PROJECT SUMMARY/ABSTRACT
Rotavirus (RV) is the leading cause of viral gastroenteritis in children under the age of 5 globally. Despite the
introduction of several WHO-approved vaccines, RV infections still cause 114 million diarrhea episodes, 24
million outpatient visits, and approximately 215,000 deaths annually, and therefore necessitates further study.

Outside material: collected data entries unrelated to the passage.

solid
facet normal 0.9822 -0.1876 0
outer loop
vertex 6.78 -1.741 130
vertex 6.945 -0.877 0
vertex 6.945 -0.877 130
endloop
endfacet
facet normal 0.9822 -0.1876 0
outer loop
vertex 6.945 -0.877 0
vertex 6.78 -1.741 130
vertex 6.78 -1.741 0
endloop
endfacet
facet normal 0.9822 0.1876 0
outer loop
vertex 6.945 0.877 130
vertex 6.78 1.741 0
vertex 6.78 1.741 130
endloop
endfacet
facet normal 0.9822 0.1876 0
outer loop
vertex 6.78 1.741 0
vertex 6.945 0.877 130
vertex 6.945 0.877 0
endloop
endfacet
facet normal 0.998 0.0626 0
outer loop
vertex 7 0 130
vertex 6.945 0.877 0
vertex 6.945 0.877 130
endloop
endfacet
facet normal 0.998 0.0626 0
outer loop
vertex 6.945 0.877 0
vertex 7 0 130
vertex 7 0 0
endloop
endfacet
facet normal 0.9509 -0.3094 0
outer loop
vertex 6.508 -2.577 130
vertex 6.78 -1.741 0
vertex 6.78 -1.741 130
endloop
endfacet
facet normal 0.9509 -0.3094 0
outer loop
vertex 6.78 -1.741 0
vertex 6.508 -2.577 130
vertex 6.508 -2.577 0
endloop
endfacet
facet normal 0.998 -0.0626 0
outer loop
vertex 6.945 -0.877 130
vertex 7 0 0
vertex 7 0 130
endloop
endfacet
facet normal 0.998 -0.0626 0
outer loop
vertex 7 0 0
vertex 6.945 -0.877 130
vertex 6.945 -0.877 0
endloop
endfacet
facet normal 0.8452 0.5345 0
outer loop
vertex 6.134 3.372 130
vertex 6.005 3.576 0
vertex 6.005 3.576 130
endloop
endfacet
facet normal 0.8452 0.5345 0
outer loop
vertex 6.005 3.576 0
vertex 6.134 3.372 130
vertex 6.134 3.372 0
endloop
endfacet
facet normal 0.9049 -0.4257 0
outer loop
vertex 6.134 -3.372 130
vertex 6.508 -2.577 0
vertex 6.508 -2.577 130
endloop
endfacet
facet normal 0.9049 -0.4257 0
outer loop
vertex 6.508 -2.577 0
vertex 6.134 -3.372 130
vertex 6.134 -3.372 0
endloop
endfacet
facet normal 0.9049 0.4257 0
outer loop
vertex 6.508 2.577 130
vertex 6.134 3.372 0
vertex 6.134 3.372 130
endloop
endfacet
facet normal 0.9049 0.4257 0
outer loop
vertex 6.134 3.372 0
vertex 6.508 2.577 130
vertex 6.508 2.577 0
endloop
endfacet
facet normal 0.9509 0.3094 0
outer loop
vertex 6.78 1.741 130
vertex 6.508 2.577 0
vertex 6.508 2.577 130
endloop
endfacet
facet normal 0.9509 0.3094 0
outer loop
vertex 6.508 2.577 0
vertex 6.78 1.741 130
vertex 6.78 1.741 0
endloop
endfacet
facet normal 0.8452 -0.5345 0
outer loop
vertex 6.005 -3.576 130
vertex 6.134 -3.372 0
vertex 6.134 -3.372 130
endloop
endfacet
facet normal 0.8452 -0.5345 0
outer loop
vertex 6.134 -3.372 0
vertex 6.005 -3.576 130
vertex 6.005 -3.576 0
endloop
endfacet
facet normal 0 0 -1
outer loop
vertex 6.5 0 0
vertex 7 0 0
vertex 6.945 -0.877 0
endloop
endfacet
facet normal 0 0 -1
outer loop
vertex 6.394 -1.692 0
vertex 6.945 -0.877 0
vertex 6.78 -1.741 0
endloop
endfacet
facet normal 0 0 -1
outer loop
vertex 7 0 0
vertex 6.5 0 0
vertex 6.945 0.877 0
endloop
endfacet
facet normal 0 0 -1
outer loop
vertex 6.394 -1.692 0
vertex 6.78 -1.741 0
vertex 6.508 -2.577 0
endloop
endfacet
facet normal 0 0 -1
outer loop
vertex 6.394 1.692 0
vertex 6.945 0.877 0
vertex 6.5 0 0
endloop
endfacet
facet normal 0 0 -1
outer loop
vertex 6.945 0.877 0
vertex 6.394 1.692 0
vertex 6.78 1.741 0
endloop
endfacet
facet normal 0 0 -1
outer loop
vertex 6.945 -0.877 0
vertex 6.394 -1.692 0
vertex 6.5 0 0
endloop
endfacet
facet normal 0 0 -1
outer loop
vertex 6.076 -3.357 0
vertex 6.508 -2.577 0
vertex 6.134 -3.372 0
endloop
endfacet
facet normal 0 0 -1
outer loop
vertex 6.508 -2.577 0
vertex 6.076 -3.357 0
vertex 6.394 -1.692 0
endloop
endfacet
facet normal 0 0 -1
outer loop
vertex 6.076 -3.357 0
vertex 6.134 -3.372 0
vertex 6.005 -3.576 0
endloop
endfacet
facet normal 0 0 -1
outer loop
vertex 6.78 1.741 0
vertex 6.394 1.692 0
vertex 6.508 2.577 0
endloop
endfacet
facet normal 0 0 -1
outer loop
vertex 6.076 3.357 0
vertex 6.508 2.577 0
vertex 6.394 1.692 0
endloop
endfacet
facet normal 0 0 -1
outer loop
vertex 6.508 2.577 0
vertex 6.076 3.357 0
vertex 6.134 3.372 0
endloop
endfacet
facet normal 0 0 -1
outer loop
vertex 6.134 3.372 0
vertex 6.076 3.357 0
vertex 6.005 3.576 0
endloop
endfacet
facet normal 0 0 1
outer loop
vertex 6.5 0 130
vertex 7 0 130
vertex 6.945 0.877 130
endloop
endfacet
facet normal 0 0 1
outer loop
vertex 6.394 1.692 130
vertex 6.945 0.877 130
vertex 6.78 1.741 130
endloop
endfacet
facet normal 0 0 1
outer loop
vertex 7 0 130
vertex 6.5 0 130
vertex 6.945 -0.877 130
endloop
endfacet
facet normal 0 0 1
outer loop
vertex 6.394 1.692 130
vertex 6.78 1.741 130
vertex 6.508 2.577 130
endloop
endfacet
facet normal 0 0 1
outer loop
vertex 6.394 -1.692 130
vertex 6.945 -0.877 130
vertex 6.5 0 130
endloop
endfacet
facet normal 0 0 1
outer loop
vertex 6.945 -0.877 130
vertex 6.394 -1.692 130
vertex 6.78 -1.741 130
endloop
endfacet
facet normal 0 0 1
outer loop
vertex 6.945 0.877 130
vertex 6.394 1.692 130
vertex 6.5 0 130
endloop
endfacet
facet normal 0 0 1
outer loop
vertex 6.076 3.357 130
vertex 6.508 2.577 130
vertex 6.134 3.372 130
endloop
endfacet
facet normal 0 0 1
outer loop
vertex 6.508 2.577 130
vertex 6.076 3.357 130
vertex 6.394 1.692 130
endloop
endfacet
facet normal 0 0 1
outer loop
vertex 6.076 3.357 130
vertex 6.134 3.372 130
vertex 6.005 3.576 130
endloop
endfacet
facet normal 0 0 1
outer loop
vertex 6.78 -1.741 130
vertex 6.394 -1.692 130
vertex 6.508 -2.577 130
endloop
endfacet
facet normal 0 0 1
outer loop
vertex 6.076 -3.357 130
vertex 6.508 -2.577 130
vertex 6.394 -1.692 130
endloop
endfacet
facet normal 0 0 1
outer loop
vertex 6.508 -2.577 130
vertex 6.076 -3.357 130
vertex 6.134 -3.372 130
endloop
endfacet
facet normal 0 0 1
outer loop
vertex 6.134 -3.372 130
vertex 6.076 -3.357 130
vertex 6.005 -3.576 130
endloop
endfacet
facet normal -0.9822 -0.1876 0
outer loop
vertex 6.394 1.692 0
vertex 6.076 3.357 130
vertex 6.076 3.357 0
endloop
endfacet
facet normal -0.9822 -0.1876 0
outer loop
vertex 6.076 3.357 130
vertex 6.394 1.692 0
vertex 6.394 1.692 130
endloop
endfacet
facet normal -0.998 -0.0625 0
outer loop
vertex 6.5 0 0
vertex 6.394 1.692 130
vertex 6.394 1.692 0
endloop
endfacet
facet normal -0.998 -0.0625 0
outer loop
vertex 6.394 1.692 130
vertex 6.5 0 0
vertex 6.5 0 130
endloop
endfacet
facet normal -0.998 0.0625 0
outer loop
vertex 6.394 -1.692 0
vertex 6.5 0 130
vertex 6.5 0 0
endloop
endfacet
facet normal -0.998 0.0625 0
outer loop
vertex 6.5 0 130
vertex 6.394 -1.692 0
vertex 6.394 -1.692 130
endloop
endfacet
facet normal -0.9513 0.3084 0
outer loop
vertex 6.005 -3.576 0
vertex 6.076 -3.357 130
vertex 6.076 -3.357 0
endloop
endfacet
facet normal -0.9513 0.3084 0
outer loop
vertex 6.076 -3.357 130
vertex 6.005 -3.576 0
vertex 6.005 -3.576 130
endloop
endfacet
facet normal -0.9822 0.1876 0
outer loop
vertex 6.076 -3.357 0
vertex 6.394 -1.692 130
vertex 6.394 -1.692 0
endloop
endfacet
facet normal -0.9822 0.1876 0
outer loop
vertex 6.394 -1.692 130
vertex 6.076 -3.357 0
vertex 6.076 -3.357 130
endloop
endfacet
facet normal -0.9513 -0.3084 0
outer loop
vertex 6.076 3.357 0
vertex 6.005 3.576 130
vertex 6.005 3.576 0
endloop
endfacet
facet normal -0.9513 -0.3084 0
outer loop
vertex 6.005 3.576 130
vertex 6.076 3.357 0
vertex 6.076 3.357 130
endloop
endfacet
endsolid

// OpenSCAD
$fn = 50;


difference() {
	union() {
		cylinder(h = 130, r = 7.0000000000);
		translate(v = [-10.0000000000, 0, 0]) {
			cylinder(h = 130, r = 7.0000000000);
		}
	}
	union() {
		cylinder(h = 130, r = 3.2500000000);
		cylinder(h = 130, r = 1.8000000000);
		cylinder(h = 130, r = 1.8000000000);
		cylinder(h = 130, r = 1.8000000000);
		translate(v = [-14.5000000000, 0, 0]) {
			hull() {
				translate(v = [-3.7500000000, 0.0000000000, 0]) {
					cylinder(h = 130, r = 10.5000000000);
				}
				translate(v = [3.7500000000, 0.0000000000, 0]) {
					cylinder(h = 130, r = 10.5000000000);
				}
				translate(v = [-3.7500000000, -0.0000000000, 0]) {
					cylinder(h = 130, r = 10.5000000000);
				}
				translate(v = [3.7500000000, -0.0000000000, 0]) {
					cylinder(h = 130, r = 10.5000000000);
				}
			}
		}
		translate(v = [-7.0000000000, 0, 0.0000000000]) {
			cylinder(h = 130, r = 13.5000000000);
		}
	}
}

Aside from the typical gastroenteritis, around 75% of infected children have viremia and 90% have antigenemia,
and RV detection in the sera is often associated with high fever. Furthermore, various reports indicate the
presence of RV RNA or antigen in extraintestinal tissues, including the hepatobiliary system and pancreas, which
have been linked to clinical manifestations such as biliary atresia and type 1 diabetes mellitus. The molecular
mechanisms by which RV disseminates to systemic organs from the small intestine are not clear.
Studies with reovirus, a closely related non-pathogenic human enteric virus, show that the virus can bypass the
intact epithelial barrier to establish intestinal infection and spread systemically in mouse models by exploiting the
transcytotic nature of microfold (M) cells. M cells are a subset of specialized intestinal epithelial cells that
sample and transport content from the lumen to antigen-presenting cells at the basolateral side of the epithelium.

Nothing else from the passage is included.